Exercise aim:
Beginning with the line that holds "f 191 192 193", write out the remaining lines of the material exactly, the last line included.

Extracted records:
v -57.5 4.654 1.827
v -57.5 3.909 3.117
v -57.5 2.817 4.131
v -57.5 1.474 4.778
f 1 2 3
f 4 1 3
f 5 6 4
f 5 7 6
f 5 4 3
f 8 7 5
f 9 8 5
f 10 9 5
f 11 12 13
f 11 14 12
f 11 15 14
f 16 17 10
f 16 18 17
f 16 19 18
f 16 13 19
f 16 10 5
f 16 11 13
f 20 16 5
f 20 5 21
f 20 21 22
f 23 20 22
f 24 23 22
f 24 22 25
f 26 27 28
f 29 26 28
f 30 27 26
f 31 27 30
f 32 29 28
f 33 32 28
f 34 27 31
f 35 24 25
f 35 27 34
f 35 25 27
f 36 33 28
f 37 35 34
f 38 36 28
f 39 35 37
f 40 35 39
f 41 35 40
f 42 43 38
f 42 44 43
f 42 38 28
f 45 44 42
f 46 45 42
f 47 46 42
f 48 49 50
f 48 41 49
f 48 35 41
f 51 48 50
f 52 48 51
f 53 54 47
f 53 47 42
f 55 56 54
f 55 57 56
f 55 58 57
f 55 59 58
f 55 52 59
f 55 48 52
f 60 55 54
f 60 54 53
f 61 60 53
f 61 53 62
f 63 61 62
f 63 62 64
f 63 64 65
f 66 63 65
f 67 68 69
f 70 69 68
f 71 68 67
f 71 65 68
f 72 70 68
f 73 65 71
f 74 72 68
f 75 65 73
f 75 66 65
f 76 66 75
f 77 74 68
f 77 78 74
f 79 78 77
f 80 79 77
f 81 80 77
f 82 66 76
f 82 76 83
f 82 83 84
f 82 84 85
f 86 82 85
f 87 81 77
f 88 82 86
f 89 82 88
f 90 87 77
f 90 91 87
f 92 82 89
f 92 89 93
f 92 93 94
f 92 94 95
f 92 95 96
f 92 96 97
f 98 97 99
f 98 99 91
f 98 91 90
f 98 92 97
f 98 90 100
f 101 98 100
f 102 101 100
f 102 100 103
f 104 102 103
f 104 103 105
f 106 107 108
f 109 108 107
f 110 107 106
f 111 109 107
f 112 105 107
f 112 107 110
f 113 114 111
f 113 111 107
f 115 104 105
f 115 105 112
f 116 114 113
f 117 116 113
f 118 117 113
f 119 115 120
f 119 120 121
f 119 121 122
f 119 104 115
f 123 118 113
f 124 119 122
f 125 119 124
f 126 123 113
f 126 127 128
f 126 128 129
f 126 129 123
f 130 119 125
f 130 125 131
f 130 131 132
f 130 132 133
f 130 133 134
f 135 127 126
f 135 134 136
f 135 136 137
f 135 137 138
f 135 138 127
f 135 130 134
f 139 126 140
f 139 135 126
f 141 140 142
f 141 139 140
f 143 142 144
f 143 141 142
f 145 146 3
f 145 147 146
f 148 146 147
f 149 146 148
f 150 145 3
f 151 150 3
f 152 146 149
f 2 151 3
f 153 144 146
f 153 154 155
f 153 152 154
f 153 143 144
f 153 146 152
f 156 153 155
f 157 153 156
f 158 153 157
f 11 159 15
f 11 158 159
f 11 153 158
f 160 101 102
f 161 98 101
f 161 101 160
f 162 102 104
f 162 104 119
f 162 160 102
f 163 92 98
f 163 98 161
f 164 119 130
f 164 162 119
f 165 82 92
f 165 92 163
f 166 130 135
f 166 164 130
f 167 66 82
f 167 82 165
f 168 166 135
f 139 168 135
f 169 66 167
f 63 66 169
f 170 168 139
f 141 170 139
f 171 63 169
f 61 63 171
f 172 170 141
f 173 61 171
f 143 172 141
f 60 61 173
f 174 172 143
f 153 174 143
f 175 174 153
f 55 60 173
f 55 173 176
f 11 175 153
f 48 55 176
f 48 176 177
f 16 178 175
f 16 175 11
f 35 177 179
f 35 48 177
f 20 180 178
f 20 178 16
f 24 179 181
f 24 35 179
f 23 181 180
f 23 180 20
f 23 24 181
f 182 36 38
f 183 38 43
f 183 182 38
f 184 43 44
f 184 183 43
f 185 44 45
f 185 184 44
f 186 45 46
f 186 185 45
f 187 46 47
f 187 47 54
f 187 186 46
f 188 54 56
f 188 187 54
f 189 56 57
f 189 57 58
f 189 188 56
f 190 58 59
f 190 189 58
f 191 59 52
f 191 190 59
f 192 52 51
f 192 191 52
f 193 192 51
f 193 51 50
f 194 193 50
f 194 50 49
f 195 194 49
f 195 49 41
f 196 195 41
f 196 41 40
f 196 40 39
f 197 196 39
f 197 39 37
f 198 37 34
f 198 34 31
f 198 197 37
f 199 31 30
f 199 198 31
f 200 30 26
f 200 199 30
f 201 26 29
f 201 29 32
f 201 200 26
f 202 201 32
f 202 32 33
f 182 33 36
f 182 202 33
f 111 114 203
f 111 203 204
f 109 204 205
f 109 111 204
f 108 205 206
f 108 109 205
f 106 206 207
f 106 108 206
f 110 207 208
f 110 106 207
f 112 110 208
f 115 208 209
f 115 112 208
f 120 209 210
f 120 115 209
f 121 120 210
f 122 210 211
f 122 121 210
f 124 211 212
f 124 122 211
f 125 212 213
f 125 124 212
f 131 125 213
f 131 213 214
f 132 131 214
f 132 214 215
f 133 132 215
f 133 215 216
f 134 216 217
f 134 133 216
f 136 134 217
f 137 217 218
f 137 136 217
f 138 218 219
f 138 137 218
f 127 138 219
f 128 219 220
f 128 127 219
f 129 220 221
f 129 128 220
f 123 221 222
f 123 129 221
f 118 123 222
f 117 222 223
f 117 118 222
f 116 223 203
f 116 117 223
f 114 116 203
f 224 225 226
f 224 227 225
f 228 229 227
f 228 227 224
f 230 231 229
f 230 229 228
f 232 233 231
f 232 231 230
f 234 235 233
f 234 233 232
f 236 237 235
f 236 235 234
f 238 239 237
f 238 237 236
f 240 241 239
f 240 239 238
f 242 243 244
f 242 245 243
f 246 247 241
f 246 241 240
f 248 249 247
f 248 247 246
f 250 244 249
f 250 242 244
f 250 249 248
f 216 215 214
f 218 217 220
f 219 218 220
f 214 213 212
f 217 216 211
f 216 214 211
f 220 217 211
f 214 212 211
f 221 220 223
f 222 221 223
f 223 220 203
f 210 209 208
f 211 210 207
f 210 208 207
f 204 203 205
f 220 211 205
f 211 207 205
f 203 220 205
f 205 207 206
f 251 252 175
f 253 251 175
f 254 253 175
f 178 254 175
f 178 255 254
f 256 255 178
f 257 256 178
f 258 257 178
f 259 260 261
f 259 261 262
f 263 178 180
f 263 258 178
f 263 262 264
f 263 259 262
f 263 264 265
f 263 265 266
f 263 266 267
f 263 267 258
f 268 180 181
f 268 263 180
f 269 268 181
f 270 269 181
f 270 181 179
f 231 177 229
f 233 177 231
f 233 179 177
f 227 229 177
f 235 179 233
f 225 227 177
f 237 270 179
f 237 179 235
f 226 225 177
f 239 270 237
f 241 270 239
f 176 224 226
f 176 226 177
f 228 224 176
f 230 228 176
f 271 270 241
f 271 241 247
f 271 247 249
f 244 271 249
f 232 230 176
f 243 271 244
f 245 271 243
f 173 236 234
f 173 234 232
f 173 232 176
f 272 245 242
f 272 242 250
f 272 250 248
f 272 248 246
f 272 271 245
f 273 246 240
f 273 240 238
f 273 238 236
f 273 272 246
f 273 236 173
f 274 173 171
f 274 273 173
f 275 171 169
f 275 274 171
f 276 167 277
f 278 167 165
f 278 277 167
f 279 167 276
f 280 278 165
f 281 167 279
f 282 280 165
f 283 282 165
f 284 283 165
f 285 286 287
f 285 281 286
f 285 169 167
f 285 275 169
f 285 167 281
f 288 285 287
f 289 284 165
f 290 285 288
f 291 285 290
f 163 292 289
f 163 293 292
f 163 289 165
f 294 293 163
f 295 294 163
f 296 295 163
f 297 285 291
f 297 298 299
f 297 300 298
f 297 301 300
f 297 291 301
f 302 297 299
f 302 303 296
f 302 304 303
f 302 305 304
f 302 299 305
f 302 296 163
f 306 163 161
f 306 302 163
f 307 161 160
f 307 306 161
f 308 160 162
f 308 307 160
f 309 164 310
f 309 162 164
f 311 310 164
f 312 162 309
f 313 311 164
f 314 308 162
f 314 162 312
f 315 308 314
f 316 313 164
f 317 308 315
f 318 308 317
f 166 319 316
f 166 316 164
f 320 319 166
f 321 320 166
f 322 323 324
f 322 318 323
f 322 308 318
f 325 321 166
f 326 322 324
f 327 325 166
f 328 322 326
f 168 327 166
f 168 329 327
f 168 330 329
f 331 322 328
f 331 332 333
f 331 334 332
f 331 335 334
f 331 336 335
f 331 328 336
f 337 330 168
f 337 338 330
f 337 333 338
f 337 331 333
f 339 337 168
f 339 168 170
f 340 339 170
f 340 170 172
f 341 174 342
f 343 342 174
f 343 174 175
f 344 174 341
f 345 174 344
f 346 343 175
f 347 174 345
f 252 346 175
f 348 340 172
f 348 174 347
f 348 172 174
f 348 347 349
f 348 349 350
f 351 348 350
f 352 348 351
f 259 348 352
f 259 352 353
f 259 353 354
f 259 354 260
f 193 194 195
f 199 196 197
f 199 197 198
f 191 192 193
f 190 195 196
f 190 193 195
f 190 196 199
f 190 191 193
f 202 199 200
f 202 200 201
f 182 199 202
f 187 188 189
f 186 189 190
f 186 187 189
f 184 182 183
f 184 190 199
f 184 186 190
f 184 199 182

Output:
f 191 192 193
f 190 195 196
f 190 193 195
f 190 196 199
f 190 191 193
f 202 199 200
f 202 200 201
f 182 199 202
f 187 188 189
f 186 189 190
f 186 187 189
f 184 182 183
f 184 190 199
f 184 186 190
f 184 199 182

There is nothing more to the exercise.